Une enquête choc du Figaro, publiée ce jeudi, dévoile les rouages d'un système militaire russe qualifié de « criminel et mafieux », où des soldats russes sont victimes de violences extrêmes de la part de leur propre hiérarchie. Selon des témoignages et des documents recueillis par le quotidien, des militaires sont jetés dans des trous, torturés et « annulés » — une pratique qui consiste à les effacer des registres officiels après leur mort ou leur disparition, les privant de tout droit et de toute reconnaissance.

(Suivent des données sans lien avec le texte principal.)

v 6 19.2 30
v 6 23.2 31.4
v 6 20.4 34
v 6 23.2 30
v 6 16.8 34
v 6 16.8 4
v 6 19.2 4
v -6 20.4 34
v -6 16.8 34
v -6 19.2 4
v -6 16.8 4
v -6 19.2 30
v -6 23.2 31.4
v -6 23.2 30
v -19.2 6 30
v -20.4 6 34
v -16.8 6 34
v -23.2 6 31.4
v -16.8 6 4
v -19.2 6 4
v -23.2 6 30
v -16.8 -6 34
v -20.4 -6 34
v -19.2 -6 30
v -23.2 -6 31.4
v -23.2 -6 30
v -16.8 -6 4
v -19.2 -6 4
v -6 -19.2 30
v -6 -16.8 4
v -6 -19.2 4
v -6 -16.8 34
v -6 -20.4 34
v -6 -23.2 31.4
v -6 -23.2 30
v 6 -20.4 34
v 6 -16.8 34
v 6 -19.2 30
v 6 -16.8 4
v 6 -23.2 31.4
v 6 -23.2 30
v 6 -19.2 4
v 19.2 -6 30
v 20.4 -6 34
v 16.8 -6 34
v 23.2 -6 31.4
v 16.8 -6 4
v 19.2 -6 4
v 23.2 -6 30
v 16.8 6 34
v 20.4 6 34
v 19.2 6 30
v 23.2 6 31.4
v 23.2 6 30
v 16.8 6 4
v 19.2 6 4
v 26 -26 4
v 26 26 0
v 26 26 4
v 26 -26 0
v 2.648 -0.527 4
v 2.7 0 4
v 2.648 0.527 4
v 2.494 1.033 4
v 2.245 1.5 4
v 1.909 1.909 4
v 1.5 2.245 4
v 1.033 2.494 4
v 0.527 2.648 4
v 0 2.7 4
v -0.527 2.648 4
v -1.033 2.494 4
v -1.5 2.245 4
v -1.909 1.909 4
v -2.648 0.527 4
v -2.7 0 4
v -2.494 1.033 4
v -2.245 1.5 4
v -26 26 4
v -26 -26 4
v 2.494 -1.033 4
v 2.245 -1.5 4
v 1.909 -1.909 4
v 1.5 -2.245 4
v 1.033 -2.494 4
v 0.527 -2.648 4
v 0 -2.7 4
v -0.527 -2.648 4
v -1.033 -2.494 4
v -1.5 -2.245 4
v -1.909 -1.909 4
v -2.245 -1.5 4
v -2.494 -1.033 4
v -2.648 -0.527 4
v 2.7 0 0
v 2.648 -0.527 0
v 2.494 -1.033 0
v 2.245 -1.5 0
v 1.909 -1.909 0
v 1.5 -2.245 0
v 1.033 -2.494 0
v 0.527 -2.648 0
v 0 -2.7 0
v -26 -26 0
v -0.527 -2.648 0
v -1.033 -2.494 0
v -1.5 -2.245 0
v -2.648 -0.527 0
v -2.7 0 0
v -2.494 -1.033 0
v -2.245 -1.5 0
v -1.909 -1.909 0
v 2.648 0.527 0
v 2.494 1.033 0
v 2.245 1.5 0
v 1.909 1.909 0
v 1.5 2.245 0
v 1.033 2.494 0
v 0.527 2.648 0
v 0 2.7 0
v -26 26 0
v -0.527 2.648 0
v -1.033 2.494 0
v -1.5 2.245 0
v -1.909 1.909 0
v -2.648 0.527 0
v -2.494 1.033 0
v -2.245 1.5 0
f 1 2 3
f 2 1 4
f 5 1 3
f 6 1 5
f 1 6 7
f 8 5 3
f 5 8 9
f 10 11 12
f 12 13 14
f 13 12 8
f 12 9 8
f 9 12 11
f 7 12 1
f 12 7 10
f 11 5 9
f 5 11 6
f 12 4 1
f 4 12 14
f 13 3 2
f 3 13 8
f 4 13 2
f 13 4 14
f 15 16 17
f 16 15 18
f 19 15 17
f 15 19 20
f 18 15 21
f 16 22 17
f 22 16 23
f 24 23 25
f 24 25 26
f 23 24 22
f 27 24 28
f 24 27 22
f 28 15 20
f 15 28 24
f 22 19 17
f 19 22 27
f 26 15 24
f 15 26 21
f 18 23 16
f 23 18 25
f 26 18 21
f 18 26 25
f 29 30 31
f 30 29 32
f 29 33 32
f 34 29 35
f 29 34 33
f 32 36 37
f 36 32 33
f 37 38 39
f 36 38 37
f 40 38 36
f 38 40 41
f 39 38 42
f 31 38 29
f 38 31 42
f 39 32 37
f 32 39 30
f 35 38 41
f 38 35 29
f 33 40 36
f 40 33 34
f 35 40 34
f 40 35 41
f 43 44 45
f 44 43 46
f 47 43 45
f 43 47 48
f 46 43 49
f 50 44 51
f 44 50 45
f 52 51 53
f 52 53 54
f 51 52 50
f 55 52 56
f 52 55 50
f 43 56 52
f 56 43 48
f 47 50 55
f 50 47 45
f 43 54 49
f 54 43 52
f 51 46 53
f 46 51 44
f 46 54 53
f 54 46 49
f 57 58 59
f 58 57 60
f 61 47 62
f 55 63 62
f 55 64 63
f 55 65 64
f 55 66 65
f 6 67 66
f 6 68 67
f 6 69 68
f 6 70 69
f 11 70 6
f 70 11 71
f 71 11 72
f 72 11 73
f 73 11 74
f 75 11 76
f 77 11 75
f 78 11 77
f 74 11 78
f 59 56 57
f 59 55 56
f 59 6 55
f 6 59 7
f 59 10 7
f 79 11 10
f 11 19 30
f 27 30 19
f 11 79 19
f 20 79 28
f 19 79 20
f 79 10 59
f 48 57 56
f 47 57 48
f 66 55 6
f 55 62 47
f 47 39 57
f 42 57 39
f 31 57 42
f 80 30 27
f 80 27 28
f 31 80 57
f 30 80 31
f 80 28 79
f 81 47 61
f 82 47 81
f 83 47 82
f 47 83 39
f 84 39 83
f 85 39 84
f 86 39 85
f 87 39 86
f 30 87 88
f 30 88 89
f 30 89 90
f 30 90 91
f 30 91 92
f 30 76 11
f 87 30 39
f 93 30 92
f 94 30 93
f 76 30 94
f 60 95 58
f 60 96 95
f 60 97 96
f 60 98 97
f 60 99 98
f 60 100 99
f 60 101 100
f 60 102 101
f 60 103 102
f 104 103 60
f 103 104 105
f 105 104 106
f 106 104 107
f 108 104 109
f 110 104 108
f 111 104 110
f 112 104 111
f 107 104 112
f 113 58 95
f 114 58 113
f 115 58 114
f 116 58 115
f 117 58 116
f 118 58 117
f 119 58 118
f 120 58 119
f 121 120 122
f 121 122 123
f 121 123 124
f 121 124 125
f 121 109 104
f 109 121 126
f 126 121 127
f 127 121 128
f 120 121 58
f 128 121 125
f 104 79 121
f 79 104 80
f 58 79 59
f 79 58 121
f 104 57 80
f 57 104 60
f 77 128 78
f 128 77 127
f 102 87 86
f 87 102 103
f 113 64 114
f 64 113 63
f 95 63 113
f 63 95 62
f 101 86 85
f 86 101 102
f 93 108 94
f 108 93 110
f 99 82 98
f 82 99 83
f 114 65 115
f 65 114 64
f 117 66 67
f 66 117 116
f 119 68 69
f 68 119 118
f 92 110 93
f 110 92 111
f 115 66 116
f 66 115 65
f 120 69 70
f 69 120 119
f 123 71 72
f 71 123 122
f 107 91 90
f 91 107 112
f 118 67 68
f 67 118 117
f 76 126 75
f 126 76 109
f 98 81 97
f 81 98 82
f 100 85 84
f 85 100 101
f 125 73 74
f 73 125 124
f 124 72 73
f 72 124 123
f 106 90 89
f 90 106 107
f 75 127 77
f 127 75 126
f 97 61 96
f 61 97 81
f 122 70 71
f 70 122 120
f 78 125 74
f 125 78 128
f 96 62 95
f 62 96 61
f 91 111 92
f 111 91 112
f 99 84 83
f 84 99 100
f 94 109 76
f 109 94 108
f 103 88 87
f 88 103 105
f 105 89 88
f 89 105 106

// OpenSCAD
$fn = 32;

// ----------------------------------------------------------------------
// Snap-fit latch: 4 arms, 30 mm tall, 4.2 mm undercut hooks
// ----------------------------------------------------------------------

// --- parameters (mm) ---
base_d = 52;              // base plate depth
base_h = 4;               // base plate thickness
span = 36;                // distance between opposite arms
arm_t = 2.4;              // arm thickness
arm_d = 12;               // arm width
height = 30;              // free arm length
head_len = 4.2;           // hook reach
head_h = 4;               // hook height
lead = 1.4;               // lead-in ramp thickness
bore_d = 5.4;             // base fixing bore
top_z = 34;               // height of the arm tips above the base

arms = 4;

difference() {
  union() {
    /* base plate, centred on the arm ring */
    translate([-26, -26, 0]) cube([base_d, base_d, base_h]);
    for (a = [0 : 360 / arms : 359]) rotate([0, 0, a]) {
    /* arm, sunk 0.5 mm into the base */
    translate([-arm_d / 2, span / 2 - arm_t / 2, base_h - 0.5]) cube([arm_d, arm_t, height + 0.5]);
    /* hook: a convex hull of a tall inner block and a thin outer lip
       gives a flat undercut below and a lead-in ramp on top */
    hull() {
      translate([-arm_d / 2, span / 2 + arm_t / 2 - 0.6, top_z - head_h]) cube([arm_d, lead + 0.4, head_h]);
      translate([-arm_d / 2, span / 2 + arm_t / 2 - 0.2, top_z - head_h]) cube([arm_d, head_len, lead]);
    }
    }
  }
  translate([0, 0, -2.5]) cylinder(h = base_h + 5, d = bore_d);
}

L'enquête s'appuie sur des récits de proches de soldats, d'anciens combattants et de sources au sein de l'appareil sécuritaire russe. Elle décrit un système où la violence est utilisée comme outil de discipline et de contrôle, dans un contexte de guerre en Ukraine qui dure depuis plus de quatre ans. Les soldats qui refusent de se battre, qui tentent de déserter ou qui critiquent les ordres sont systématiquement punis, parfois de manière barbare.

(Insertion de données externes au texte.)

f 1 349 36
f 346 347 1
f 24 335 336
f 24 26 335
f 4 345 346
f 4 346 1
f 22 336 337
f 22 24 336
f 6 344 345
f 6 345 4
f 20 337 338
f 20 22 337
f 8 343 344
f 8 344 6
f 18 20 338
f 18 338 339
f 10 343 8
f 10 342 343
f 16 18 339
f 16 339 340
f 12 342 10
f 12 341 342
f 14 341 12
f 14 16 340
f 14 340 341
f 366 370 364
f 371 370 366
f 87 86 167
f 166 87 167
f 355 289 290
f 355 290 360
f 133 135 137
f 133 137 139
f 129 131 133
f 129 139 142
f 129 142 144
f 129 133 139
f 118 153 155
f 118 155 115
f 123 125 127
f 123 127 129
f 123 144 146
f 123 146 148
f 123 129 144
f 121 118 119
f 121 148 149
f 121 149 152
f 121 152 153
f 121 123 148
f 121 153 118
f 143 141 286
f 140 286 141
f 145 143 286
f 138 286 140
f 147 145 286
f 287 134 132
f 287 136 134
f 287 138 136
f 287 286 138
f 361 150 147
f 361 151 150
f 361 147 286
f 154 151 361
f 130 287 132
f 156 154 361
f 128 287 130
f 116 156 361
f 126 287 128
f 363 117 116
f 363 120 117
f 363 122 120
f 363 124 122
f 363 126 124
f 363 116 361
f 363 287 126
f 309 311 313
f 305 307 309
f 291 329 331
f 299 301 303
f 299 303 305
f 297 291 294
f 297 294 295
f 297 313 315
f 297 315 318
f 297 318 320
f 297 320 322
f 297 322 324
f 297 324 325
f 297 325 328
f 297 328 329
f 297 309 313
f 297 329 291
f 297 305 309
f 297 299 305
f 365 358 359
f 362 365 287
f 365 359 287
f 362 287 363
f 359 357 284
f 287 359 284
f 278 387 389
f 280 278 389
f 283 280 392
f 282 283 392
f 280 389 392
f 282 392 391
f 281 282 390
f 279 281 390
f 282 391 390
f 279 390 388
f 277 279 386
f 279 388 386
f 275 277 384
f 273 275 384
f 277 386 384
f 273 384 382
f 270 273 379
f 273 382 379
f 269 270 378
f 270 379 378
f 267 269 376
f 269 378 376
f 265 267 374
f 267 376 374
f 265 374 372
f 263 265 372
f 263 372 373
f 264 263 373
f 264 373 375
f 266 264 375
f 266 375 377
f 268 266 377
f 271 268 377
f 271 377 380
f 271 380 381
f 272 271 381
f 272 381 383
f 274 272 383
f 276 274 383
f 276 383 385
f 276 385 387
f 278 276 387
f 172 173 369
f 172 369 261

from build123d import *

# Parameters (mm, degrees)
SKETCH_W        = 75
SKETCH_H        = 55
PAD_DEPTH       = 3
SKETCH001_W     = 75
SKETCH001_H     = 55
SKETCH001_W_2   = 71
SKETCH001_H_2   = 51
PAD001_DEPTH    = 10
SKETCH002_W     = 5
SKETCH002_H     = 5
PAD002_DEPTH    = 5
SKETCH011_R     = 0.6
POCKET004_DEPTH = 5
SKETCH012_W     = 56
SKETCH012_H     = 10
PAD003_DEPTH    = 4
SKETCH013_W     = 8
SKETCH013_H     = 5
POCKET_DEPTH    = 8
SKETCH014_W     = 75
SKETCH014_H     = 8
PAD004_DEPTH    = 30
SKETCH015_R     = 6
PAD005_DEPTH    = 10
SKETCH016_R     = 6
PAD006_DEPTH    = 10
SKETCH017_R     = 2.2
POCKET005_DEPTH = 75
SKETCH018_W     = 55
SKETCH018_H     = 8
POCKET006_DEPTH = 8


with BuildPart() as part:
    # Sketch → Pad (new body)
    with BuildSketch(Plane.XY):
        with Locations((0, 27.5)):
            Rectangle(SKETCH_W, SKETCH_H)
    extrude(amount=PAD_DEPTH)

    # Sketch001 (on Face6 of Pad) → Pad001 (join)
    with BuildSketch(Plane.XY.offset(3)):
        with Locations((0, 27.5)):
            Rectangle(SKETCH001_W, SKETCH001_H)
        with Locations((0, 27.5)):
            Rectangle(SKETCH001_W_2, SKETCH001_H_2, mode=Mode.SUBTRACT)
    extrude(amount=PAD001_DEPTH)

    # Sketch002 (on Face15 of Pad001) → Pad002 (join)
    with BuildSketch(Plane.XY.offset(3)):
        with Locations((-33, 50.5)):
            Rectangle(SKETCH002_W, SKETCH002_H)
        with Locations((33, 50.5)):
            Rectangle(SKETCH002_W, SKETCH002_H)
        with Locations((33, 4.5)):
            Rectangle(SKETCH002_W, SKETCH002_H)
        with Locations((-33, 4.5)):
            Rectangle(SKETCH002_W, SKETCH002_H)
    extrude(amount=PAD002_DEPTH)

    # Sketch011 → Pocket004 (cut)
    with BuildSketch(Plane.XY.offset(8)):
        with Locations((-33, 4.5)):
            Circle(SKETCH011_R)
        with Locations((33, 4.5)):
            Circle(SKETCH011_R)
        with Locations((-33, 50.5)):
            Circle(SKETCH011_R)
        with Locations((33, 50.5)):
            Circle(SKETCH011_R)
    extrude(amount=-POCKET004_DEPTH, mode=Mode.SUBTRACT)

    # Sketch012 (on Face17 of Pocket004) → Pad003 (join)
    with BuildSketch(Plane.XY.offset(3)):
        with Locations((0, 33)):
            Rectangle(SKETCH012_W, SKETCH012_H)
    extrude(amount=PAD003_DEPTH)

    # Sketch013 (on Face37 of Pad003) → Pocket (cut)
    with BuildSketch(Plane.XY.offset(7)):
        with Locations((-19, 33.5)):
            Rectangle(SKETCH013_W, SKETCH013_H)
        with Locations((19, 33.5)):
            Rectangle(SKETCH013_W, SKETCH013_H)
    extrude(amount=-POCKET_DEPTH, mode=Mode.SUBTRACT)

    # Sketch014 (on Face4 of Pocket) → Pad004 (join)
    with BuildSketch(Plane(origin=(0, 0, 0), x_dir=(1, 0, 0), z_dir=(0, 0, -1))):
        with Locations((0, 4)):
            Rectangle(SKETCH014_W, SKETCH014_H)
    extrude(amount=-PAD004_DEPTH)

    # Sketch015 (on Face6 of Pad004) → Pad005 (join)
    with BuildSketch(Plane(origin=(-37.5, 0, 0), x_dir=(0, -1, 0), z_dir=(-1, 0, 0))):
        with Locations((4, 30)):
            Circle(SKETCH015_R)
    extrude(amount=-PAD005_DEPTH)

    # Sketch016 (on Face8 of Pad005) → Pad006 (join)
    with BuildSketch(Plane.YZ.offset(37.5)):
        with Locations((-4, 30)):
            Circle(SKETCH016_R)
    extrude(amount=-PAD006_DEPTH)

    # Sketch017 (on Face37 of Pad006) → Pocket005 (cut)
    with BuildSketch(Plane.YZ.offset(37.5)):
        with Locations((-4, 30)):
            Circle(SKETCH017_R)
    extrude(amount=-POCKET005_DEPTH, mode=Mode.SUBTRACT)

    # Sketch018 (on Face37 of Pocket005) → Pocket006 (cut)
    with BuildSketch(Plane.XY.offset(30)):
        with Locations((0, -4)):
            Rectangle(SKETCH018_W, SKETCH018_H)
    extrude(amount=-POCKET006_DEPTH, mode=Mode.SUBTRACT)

« Ils sont jetés dans des trous creusés dans le sol, parfois pendant des jours, sans nourriture ni eau », raconte une source citée par Le Figaro. « D'autres sont torturés avec des décharges électriques ou battus jusqu'à ce qu'ils perdent connaissance. Ceux qui meurent sont simplement 'annulés': leur nom disparaît des listes, et leur famille ne reçoit ni corps, ni pension, ni explication. »
Cette pratique d'« annulation » permet à l'état-major russe de dissimuler l'ampleur réelle des pertes humaines. Selon des estimations citées dans l'enquête, des milliers de soldats russes auraient ainsi été effacés des registres officiels depuis le début de l'invasion de l'Ukraine en février 2022. Les familles, souvent dans l'ignorance, se heurtent à un mur de silence de la part des autorités militaires.

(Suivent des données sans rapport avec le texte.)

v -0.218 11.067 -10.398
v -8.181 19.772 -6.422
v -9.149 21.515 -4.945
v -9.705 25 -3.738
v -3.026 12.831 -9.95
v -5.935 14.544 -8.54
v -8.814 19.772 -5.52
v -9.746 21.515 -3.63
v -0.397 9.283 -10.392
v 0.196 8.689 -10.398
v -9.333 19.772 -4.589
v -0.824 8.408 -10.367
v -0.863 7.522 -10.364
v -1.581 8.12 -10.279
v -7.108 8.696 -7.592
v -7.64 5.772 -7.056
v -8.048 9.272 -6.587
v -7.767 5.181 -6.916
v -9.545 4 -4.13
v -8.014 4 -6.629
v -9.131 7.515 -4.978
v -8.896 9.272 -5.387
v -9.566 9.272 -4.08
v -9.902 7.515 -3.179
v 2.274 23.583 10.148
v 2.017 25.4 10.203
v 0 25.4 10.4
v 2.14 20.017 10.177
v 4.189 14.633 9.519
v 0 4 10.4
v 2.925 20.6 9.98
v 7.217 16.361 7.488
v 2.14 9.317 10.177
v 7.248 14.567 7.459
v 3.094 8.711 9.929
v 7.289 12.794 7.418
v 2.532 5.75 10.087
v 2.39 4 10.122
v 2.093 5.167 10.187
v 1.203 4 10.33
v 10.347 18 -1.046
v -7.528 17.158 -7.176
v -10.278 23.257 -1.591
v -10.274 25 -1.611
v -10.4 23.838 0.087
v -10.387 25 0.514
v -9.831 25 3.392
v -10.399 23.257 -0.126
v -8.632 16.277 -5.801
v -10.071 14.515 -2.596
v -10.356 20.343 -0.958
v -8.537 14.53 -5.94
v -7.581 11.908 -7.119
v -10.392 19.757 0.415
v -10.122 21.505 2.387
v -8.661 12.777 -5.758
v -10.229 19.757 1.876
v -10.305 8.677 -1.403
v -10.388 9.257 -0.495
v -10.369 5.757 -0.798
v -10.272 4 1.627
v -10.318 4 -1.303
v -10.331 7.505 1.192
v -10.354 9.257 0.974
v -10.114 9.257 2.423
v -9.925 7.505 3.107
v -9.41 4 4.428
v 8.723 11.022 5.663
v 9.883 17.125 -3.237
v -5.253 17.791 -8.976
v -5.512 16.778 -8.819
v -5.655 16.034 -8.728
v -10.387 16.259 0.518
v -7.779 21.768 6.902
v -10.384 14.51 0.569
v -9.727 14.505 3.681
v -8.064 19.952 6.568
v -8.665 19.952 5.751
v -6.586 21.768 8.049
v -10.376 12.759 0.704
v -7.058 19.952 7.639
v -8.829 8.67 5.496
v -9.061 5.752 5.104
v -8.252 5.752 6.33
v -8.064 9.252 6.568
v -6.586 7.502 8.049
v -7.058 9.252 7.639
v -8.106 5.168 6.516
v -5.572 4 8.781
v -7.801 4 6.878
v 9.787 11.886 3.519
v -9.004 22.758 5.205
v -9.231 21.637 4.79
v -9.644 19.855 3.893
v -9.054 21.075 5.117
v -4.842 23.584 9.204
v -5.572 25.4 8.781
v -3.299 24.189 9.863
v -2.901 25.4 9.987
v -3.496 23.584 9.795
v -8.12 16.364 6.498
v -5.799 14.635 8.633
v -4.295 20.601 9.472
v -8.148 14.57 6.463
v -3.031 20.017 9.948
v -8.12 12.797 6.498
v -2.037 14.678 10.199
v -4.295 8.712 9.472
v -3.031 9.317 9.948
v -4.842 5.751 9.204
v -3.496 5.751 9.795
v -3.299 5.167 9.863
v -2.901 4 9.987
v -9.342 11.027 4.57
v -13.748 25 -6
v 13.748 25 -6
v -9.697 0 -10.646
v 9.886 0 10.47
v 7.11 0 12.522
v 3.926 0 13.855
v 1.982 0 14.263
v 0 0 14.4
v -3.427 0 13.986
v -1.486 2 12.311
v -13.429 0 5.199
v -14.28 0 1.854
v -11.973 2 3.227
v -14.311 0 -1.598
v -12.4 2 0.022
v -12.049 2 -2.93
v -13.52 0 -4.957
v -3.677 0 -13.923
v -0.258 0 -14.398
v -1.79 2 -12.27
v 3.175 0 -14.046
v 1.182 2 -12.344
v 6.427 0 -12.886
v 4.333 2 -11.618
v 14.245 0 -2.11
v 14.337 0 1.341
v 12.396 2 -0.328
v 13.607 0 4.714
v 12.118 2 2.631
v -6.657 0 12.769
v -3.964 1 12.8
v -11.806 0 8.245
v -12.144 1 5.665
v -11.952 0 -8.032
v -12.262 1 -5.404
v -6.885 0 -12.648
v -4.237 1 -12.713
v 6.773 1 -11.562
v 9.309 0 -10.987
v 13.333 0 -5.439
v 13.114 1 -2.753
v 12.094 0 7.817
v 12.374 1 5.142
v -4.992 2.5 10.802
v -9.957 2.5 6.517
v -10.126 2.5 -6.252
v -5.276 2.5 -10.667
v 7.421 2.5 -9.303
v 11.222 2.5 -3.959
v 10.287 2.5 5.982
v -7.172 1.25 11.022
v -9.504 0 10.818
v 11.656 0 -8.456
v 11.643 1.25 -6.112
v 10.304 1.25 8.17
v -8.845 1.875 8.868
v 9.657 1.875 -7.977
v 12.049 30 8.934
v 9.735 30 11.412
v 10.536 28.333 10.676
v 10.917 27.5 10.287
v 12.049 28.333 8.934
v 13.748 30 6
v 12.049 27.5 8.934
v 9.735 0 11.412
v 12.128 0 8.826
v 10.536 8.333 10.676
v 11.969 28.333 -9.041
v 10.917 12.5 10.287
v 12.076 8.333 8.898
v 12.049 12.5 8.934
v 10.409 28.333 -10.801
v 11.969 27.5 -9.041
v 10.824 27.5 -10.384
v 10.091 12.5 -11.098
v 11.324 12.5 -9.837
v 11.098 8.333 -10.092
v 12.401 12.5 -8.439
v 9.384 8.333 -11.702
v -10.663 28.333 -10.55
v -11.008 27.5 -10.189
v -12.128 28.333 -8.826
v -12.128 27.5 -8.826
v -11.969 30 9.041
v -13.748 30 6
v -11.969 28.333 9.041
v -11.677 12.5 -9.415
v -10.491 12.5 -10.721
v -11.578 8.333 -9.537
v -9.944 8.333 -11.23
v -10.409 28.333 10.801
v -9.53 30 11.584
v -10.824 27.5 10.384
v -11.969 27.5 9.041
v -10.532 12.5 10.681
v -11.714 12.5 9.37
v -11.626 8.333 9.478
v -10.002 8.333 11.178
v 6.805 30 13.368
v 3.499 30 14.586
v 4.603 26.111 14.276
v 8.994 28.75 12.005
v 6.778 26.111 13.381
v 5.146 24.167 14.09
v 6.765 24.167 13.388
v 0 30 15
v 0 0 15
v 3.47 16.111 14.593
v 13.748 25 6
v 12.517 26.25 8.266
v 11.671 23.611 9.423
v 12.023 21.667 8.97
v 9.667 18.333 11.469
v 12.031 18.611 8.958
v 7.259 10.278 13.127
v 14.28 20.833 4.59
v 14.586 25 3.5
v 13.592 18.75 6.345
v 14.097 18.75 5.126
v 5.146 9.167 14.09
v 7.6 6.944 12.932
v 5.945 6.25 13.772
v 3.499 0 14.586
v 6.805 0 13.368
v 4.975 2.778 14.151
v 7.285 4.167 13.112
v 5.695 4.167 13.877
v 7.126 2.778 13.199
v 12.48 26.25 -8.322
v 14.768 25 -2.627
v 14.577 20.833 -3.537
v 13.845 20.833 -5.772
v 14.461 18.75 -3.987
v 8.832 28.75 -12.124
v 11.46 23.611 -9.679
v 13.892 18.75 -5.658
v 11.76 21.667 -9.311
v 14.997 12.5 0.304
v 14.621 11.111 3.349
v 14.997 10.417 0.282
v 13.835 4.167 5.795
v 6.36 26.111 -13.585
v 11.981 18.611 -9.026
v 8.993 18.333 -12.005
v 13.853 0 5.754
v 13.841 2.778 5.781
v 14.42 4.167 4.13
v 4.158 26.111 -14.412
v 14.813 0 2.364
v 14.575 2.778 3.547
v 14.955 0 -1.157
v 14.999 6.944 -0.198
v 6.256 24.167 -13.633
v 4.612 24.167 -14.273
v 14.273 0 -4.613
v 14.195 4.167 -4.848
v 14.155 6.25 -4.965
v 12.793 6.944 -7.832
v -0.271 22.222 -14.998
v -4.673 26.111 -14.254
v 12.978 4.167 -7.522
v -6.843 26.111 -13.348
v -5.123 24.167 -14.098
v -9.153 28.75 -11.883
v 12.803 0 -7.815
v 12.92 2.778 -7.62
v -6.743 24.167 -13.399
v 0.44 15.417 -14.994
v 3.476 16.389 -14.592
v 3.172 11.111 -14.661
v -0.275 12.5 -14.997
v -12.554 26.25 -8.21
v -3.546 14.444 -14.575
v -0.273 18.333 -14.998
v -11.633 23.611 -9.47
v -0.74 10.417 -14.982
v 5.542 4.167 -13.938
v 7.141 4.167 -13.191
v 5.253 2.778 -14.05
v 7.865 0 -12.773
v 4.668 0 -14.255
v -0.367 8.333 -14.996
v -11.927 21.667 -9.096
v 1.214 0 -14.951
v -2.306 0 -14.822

Le système est également décrit comme un « business criminel » où des officiers détournent une partie des soldes et des primes destinées aux soldats. Des témoignages évoquent des détournements massifs de fonds, des ventes illégales d'équipement militaire et des trafics en tout genre. « C'est une mafia en uniforme », affirme un ancien officier russe ayant fui le pays, cité par Le Figaro. « Les généraux s'enrichissent sur le dos des soldats, qui sont traités comme de la chair à canon. »
Cette enquête intervient alors que Vladimir Poutine, lors d'une cérémonie de remise de distinctions au Kremlin le 12 juin 2026, a tenté de présenter une image de l'armée russe unie et victorieuse. Mais les révélations du Figaro contrastent fortement avec cette communication officielle. Elles s'ajoutent à d'autres informations récentes, comme celles de L'Express, qui décrivent un Poutine « bunkerisé » et paranoïaque, ou encore des documents de la diplomatie française, révélés par La Dépêche, qui mettent en lumière les failles du modèle russe après quatre ans de guerre.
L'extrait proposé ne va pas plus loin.